──────── Material to process

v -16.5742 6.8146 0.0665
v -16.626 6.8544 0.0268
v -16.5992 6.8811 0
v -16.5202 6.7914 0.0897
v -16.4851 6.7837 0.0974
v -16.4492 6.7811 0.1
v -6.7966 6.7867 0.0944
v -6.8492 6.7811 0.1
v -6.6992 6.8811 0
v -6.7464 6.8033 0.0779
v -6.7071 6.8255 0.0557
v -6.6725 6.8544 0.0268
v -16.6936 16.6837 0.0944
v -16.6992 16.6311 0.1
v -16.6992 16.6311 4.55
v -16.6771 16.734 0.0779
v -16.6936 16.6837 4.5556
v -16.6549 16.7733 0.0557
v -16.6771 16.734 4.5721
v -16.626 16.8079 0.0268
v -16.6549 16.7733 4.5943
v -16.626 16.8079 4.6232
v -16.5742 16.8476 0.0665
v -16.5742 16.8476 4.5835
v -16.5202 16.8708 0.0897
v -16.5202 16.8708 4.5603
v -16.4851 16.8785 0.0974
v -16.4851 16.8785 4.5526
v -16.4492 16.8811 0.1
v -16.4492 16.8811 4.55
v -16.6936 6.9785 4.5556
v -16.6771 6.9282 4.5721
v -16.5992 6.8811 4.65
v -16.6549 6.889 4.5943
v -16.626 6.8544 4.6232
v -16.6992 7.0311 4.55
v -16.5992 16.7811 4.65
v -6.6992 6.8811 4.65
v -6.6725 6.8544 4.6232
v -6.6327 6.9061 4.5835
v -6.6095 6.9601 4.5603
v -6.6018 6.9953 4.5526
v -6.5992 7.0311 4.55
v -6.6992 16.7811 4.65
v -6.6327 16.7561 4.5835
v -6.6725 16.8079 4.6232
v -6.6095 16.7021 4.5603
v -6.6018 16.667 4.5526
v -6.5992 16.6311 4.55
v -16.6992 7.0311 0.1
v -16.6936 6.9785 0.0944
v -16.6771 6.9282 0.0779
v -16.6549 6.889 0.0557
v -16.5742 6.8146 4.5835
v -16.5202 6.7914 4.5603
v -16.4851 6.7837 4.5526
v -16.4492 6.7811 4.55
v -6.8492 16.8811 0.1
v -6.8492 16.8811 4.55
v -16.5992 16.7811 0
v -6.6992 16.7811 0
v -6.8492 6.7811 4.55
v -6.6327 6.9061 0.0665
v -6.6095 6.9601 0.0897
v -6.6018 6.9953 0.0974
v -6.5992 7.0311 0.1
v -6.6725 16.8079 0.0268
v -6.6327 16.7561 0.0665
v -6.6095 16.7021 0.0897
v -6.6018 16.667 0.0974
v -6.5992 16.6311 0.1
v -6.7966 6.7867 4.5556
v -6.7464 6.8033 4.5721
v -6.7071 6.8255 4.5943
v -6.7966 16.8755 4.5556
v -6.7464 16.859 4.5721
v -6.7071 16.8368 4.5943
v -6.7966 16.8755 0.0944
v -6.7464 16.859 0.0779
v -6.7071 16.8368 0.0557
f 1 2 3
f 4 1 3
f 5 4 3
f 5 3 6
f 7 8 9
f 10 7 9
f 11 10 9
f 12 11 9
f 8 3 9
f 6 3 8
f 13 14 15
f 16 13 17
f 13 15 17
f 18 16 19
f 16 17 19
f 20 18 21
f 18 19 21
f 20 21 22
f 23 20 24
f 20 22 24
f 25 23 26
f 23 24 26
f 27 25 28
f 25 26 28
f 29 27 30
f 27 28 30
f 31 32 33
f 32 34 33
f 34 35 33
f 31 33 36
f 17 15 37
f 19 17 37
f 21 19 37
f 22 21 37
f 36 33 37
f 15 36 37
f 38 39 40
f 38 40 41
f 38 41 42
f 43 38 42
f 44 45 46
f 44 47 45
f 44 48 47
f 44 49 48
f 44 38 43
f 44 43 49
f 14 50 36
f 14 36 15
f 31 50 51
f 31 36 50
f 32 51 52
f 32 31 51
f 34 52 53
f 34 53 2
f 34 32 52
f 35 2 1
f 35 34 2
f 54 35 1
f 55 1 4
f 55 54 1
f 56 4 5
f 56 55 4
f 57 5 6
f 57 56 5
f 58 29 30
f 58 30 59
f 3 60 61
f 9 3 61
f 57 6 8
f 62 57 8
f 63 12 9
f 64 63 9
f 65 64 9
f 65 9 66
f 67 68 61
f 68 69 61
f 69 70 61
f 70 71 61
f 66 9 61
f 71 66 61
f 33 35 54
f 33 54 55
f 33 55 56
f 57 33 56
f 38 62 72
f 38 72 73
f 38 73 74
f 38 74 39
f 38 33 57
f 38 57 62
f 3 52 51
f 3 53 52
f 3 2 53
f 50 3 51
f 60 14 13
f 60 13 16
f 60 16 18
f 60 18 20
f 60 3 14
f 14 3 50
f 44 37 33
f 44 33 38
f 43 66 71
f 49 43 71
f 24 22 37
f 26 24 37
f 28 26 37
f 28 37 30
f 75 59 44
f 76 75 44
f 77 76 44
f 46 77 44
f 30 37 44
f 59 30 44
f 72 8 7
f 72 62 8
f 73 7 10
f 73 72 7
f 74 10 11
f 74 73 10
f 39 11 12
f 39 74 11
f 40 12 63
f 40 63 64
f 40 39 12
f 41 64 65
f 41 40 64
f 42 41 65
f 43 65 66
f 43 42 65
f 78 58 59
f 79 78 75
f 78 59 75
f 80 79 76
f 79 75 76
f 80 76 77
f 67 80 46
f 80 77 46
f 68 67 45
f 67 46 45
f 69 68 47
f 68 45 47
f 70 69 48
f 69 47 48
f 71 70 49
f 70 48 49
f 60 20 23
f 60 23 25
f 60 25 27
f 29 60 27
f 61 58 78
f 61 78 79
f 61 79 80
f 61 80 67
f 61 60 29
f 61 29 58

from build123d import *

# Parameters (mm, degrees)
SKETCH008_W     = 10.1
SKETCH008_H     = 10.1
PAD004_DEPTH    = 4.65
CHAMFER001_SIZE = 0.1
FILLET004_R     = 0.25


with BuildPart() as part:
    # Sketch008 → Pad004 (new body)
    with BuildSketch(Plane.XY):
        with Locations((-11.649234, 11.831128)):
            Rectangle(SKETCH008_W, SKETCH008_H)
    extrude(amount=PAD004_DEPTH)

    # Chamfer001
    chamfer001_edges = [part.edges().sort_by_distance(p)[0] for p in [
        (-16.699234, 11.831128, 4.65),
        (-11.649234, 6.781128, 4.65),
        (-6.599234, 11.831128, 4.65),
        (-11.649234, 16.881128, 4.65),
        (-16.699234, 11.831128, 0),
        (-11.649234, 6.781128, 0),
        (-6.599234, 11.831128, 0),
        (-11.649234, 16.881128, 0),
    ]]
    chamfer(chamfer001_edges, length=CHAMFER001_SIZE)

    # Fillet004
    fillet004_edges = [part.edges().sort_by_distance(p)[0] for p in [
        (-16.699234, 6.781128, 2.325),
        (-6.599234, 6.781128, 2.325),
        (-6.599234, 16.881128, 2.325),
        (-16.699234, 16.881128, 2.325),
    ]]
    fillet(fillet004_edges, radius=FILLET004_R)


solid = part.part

────────────────
──────── Material to process

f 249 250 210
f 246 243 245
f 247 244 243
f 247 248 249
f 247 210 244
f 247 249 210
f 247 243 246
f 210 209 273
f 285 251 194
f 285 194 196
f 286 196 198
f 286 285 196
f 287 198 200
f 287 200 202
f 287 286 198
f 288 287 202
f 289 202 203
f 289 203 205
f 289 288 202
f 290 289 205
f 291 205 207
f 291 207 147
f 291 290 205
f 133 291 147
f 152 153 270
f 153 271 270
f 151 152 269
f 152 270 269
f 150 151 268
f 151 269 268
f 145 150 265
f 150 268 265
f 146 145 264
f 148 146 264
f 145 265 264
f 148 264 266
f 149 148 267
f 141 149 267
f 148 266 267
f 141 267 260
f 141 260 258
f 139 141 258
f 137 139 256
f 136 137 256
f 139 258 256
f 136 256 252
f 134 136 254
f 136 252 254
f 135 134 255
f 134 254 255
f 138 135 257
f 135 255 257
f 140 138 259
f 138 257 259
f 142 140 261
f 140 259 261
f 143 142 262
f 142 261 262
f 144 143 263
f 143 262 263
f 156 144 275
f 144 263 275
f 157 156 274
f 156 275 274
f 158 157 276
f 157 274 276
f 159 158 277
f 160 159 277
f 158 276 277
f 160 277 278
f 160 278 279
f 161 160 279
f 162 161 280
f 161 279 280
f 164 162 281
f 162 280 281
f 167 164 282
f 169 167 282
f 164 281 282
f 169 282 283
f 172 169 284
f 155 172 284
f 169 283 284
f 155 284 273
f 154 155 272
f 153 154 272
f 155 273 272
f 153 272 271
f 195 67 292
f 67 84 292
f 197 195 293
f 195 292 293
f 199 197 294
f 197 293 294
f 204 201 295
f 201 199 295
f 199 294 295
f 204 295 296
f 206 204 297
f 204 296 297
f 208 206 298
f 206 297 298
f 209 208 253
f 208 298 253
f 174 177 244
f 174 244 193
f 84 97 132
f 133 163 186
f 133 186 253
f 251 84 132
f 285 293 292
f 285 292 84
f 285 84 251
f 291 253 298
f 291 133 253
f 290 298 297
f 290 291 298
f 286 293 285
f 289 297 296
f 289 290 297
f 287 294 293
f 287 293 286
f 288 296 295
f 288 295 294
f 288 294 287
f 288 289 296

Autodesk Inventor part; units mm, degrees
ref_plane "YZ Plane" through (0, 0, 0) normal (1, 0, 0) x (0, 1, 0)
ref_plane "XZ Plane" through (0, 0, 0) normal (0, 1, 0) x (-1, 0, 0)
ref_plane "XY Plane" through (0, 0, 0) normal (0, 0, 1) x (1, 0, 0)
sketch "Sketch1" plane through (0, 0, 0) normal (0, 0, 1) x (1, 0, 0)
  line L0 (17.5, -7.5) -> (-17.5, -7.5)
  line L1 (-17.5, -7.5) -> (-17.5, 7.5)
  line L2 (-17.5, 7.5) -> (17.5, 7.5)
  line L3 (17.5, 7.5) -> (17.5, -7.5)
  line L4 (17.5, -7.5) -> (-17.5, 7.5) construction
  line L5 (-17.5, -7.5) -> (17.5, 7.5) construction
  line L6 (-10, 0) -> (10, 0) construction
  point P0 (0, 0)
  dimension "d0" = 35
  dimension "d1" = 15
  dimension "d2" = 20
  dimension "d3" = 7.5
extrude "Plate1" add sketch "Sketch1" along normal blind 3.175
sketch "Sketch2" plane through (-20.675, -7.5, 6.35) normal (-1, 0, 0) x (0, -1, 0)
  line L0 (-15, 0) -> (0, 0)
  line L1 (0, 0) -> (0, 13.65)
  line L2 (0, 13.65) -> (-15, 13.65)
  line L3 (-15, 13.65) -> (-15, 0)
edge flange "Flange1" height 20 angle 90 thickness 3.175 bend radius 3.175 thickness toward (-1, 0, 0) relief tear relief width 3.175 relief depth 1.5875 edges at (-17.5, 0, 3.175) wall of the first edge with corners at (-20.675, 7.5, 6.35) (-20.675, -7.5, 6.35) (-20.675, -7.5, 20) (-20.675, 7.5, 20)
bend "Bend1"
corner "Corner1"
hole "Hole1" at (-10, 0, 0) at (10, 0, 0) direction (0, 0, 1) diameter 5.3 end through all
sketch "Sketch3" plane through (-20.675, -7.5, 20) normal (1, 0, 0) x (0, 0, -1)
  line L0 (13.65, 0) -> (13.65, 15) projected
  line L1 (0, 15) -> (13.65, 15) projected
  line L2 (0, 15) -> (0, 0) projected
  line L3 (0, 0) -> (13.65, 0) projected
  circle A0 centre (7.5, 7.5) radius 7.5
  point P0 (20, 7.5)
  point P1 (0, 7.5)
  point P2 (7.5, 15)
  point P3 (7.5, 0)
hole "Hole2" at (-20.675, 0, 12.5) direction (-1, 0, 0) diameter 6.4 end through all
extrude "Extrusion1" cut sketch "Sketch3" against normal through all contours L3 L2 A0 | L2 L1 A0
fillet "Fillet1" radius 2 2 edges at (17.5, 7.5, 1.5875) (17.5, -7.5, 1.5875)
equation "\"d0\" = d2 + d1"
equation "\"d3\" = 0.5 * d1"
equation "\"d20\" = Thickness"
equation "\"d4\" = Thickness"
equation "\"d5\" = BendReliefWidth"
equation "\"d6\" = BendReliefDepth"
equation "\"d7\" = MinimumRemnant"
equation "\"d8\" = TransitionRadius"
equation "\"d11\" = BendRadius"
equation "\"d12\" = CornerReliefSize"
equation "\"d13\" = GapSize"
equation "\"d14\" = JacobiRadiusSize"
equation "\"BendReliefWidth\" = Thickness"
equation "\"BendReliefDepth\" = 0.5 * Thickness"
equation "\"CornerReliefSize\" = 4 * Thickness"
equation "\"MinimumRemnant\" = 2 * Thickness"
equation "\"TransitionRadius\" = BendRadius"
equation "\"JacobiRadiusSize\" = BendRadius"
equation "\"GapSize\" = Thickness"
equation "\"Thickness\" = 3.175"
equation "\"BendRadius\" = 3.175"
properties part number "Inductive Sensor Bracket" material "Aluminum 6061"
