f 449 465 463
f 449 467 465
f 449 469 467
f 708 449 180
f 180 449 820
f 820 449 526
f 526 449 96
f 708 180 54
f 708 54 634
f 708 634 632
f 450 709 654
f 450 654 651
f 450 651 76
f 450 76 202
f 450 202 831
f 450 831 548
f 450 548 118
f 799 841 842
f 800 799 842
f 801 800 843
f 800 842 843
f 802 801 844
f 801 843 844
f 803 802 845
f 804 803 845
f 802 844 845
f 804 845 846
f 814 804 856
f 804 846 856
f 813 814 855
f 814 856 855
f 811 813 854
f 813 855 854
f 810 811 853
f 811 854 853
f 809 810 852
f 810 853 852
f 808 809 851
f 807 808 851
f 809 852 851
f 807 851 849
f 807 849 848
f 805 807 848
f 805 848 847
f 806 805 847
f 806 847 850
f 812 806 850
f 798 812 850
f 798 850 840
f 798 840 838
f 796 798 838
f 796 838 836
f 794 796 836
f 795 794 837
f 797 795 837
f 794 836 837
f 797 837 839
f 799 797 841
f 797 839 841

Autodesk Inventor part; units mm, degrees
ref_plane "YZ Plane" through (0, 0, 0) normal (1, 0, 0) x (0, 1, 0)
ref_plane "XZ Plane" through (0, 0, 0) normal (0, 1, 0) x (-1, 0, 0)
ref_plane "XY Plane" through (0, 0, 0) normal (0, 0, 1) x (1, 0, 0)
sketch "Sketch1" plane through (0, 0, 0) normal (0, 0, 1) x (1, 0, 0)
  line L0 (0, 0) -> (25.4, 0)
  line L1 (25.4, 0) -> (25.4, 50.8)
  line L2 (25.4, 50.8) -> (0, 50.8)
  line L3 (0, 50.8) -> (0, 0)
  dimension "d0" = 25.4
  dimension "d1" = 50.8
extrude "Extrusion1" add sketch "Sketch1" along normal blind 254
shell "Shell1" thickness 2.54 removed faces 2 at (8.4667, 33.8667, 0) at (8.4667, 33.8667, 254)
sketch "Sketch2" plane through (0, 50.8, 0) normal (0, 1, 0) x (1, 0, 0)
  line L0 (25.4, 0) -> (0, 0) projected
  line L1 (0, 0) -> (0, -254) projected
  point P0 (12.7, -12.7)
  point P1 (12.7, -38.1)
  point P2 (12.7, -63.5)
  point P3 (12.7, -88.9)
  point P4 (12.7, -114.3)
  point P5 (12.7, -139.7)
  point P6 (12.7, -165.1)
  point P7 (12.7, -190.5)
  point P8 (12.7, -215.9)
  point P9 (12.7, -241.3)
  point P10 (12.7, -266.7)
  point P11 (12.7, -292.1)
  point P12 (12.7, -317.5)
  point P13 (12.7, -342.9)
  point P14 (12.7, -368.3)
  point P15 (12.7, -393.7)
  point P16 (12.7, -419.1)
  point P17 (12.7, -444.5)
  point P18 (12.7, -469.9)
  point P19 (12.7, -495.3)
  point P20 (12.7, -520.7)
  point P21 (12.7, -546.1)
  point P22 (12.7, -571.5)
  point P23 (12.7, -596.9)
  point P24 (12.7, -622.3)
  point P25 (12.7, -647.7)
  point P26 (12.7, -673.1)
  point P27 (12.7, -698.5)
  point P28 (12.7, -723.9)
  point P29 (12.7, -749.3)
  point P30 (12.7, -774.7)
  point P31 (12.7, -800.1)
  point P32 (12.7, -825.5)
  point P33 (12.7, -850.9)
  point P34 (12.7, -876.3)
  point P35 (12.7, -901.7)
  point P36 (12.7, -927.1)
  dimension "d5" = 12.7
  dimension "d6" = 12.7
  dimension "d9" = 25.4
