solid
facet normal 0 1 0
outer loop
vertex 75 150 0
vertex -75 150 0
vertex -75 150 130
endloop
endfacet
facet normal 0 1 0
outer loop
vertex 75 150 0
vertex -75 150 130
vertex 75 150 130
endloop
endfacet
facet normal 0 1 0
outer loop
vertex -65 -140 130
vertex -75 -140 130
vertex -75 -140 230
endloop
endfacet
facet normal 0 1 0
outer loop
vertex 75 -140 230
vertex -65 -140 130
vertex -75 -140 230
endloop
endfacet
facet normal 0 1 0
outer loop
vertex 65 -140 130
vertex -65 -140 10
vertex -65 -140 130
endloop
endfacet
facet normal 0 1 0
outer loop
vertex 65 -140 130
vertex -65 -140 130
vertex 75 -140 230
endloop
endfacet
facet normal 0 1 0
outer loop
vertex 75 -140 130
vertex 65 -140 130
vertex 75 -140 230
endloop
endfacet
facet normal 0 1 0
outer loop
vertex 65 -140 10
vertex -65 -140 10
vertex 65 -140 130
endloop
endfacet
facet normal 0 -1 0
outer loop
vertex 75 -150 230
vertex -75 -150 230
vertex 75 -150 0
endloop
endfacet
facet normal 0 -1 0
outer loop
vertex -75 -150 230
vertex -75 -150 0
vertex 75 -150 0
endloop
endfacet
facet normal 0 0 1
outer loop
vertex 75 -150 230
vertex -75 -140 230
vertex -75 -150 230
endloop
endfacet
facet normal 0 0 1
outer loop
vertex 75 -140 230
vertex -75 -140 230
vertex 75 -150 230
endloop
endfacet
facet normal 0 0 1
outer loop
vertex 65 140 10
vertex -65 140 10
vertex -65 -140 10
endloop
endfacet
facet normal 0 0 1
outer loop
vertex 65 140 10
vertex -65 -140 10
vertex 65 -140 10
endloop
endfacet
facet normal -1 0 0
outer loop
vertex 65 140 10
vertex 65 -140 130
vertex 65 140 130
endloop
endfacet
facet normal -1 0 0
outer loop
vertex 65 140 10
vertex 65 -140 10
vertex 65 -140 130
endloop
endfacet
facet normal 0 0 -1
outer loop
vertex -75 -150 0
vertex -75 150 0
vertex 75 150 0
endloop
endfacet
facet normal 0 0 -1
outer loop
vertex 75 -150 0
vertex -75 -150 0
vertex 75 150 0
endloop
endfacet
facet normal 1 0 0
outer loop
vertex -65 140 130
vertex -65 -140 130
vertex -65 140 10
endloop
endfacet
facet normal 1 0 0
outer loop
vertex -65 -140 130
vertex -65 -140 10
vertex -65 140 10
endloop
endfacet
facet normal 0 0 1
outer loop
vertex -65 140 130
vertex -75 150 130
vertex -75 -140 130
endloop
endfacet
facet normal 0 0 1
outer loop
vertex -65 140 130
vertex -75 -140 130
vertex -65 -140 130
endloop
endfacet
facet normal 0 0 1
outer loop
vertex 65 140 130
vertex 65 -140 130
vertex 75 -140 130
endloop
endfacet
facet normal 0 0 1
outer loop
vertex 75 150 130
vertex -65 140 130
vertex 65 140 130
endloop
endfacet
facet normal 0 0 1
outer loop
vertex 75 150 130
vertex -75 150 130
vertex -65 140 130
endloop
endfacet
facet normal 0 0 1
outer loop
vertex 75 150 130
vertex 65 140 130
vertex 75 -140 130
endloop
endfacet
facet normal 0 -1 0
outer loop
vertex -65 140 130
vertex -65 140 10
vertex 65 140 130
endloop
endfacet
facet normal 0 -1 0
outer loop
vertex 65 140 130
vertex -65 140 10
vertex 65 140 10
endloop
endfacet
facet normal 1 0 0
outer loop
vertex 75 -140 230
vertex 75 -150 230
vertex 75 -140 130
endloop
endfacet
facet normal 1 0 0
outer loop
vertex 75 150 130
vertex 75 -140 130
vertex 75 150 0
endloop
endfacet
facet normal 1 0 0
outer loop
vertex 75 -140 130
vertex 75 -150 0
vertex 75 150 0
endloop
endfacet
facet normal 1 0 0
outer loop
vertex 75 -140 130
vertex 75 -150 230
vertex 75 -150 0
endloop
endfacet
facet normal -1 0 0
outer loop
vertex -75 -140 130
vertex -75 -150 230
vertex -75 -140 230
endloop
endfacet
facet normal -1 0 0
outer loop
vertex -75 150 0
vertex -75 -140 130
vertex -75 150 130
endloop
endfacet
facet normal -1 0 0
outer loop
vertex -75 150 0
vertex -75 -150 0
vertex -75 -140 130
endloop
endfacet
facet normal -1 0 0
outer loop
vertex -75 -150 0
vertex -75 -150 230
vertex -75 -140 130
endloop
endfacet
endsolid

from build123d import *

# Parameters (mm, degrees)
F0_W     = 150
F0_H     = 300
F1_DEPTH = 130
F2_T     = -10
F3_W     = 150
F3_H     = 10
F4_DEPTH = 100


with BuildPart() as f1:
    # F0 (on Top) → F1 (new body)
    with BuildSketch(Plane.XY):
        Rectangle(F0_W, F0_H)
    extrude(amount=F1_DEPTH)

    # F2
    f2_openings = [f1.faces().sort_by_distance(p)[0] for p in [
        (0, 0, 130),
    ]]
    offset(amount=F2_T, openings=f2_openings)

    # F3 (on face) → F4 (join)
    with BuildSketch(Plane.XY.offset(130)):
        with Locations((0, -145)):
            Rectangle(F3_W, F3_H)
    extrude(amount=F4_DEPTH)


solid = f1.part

────────────────

What the task requires: Report the number of lines in the entries that hold the word "direction". Nothing else is wanted.

Written solution: 2